INFORMATION —

◆ ◆ ◆

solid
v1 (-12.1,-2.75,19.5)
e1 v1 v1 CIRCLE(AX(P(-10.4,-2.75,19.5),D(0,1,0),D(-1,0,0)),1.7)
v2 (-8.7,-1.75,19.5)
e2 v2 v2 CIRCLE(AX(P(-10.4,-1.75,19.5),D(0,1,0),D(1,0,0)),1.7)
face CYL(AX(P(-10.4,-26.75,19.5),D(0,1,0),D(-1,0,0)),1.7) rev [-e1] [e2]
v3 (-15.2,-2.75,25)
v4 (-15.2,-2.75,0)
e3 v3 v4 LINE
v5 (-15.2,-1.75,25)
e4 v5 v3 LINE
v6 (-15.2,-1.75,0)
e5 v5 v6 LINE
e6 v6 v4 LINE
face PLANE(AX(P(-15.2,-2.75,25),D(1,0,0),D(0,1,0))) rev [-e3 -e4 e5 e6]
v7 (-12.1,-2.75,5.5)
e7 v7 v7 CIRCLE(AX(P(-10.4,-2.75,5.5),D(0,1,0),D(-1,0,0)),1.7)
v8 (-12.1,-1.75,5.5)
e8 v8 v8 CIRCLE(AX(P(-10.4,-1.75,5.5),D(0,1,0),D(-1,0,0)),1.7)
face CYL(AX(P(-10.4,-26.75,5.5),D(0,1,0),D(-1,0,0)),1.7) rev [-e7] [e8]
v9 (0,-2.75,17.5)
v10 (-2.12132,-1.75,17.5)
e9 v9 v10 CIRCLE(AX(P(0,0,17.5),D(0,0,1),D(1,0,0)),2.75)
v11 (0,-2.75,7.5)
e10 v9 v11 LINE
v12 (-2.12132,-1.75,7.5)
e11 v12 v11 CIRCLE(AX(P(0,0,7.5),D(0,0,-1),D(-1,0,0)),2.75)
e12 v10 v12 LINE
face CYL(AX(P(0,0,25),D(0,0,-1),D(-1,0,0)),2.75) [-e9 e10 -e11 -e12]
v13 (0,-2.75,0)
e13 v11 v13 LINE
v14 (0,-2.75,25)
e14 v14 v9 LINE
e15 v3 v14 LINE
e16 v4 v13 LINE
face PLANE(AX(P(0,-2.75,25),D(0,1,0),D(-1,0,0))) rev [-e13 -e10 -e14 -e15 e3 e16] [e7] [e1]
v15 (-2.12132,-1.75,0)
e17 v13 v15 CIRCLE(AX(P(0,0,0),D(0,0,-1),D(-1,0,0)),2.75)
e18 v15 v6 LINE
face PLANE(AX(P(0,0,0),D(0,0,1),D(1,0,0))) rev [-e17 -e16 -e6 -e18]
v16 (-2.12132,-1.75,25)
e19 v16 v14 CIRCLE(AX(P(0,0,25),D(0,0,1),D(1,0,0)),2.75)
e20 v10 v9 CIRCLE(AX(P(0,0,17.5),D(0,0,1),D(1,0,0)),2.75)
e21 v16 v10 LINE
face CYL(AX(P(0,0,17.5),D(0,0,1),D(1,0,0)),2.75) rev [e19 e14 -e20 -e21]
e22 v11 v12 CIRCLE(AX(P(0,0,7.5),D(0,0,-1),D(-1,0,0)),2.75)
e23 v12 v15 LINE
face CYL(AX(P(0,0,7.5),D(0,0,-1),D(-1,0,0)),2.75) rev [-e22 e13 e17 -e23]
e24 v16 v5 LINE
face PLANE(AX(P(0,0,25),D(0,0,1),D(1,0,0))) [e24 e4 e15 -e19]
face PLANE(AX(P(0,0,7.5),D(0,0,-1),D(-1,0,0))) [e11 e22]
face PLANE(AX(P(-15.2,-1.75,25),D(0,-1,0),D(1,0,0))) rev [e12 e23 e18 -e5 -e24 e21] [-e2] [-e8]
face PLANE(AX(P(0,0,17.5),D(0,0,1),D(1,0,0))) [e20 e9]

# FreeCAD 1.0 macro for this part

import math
import FreeCAD as App
import Part
import Sketcher
from FreeCAD import Vector
Q = App.Units.Quantity

doc = App.newDocument("Part")
body = doc.addObject("PartDesign::Body", "Body")

sketch1 = body.newObject("Sketcher::SketchObject", "Sketch")
sketch1.AttachmentSupport = (doc.getObject("XY_Plane"), [""])
sketch1.MapMode = "FlatFace"
sketch1.addGeometry(Part.LineSegment(Vector(-15.2, -2.75, 0), Vector(0, -2.75, 0)), False)
sketch1.addGeometry(Part.ArcOfCircle(Part.Circle(Vector(0, 0, 0), Vector(0, 0, 1), 2.75), math.radians(-90), math.radians(219.521196)), False)
sketch1.addGeometry(Part.LineSegment(Vector(-2.12132, -1.75, 0), Vector(-15.2, -1.75, 0)), False)
sketch1.addGeometry(Part.LineSegment(Vector(-15.2, -1.75, 0), Vector(-15.2, -2.75, 0)), False)
sketch1.addConstraint(Sketcher.Constraint("Tangent", 0, 2, 1, 1))
sketch1.addConstraint(Sketcher.Constraint("Coincident", 1, 2, 2, 1))
sketch1.addConstraint(Sketcher.Constraint("Coincident", 2, 2, 3, 1))
sketch1.addConstraint(Sketcher.Constraint("Coincident", 3, 2, 0, 1))
sketch1.addConstraint(Sketcher.Constraint("Horizontal", 0))
sketch1.addConstraint(Sketcher.Constraint("Horizontal", 2))
sketch1.addConstraint(Sketcher.Constraint("Vertical", 3))
sketch1.addConstraint(Sketcher.Constraint("Coincident", 1, 3, -1, 1))
sketch1.addConstraint(Sketcher.Constraint("DistanceY", 3, 2, 3, 1, Q("1 mm")))
sketch1.addConstraint(Sketcher.Constraint("Radius", 1, Q("2.75 mm")))
sketch1.addConstraint(Sketcher.Constraint("DistanceX", 0, 1, 0, 2, Q("15.2 mm")))
pad1 = body.newObject("PartDesign::Pad", "Pad")
pad1.Profile = sketch1
pad1.Length = 25

sketch2 = body.newObject("Sketcher::SketchObject", "Sketch001")
sketch2.AttachmentSupport = (doc.getObject("XZ_Plane"), [""])
sketch2.MapMode = "FlatFace"
sketch2.AttachmentOffset = App.Placement(Vector(0, 0, 1.75), App.Rotation())
sketch2.addGeometry(Part.Circle(Vector(-10.4, 5.5, 0), Vector(0, 0, 1), 1.7), False)
sketch2.addGeometry(Part.Circle(Vector(-10.4, 19.5, 0), Vector(0, 0, 1), 1.7), False)
sketch2.addConstraint(Sketcher.Constraint("Equal", 0, 1))
sketch2.addConstraint(Sketcher.Constraint("Vertical", 0, 3, 1, 3))
sketch2.addConstraint(Sketcher.Constraint("Diameter", 0, Q("3.4 mm")))
sketch2.addConstraint(Sketcher.Constraint("DistanceY", 0, 3, 1, 3, Q("14 mm")))
sketch2.addConstraint(Sketcher.Constraint("DistanceX", 0, 3, -1, 1, Q("10.4 mm")))
sketch2.addConstraint(Sketcher.Constraint("DistanceY", -1, 1, 0, 3, Q("5.5 mm")))
pocket1 = body.newObject("PartDesign::Pocket", "Pocket")
pocket1.Profile = sketch2
pocket1.Length = 25
pocket1.Reversed = True

sketch3 = body.newObject("Sketcher::SketchObject", "Sketch002")
sketch3.AttachmentSupport = (doc.getObject("XY_Plane"), [""])
sketch3.MapMode = "FlatFace"
sketch3.addGeometry(Part.Circle(Vector(0, 0, 0), Vector(0, 0, 1), 2.75), False)
sketch3.addConstraint(Sketcher.Constraint("Coincident", 0, 3, -1, 1))
sketch3.addConstraint(Sketcher.Constraint("Diameter", 0, Q("5.5 mm")))
pocket2 = body.newObject("PartDesign::Pocket", "Pocket001")
pocket2.Profile = sketch3
pocket2.Length = 7.5
pocket2.Reversed = True

sketch4 = body.newObject("Sketcher::SketchObject", "Sketch003")
sketch4.AttachmentSupport = (doc.getObject("XY_Plane"), [""])
sketch4.MapMode = "FlatFace"
sketch4.AttachmentOffset = App.Placement(Vector(0, 0, 25), App.Rotation())
sketch4.addGeometry(Part.Circle(Vector(0, 0, 0), Vector(0, 0, 1), 2.75), False)
sketch4.addConstraint(Sketcher.Constraint("Coincident", 0, 3, -1, 1))
sketch4.addConstraint(Sketcher.Constraint("Diameter", 0, Q("5.5 mm")))
pocket3 = body.newObject("PartDesign::Pocket", "Pocket002")
pocket3.Profile = sketch4
pocket3.Length = 7.5

doc.recompute()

◆ ◆ ◆

WHAT THE TASK ASKS — Only the lines from the beginning of the data above through the line containing "e4 v5 v3 LINE" should be repeated, exactly as they appear.

ANSWER BELOW —
solid
v1 (-12.1,-2.75,19.5)
e1 v1 v1 CIRCLE(AX(P(-10.4,-2.75,19.5),D(0,1,0),D(-1,0,0)),1.7)
v2 (-8.7,-1.75,19.5)
e2 v2 v2 CIRCLE(AX(P(-10.4,-1.75,19.5),D(0,1,0),D(1,0,0)),1.7)
face CYL(AX(P(-10.4,-26.75,19.5),D(0,1,0),D(-1,0,0)),1.7) rev [-e1] [e2]
v3 (-15.2,-2.75,25)
v4 (-15.2,-2.75,0)
e3 v3 v4 LINE
v5 (-15.2,-1.75,25)
e4 v5 v3 LINE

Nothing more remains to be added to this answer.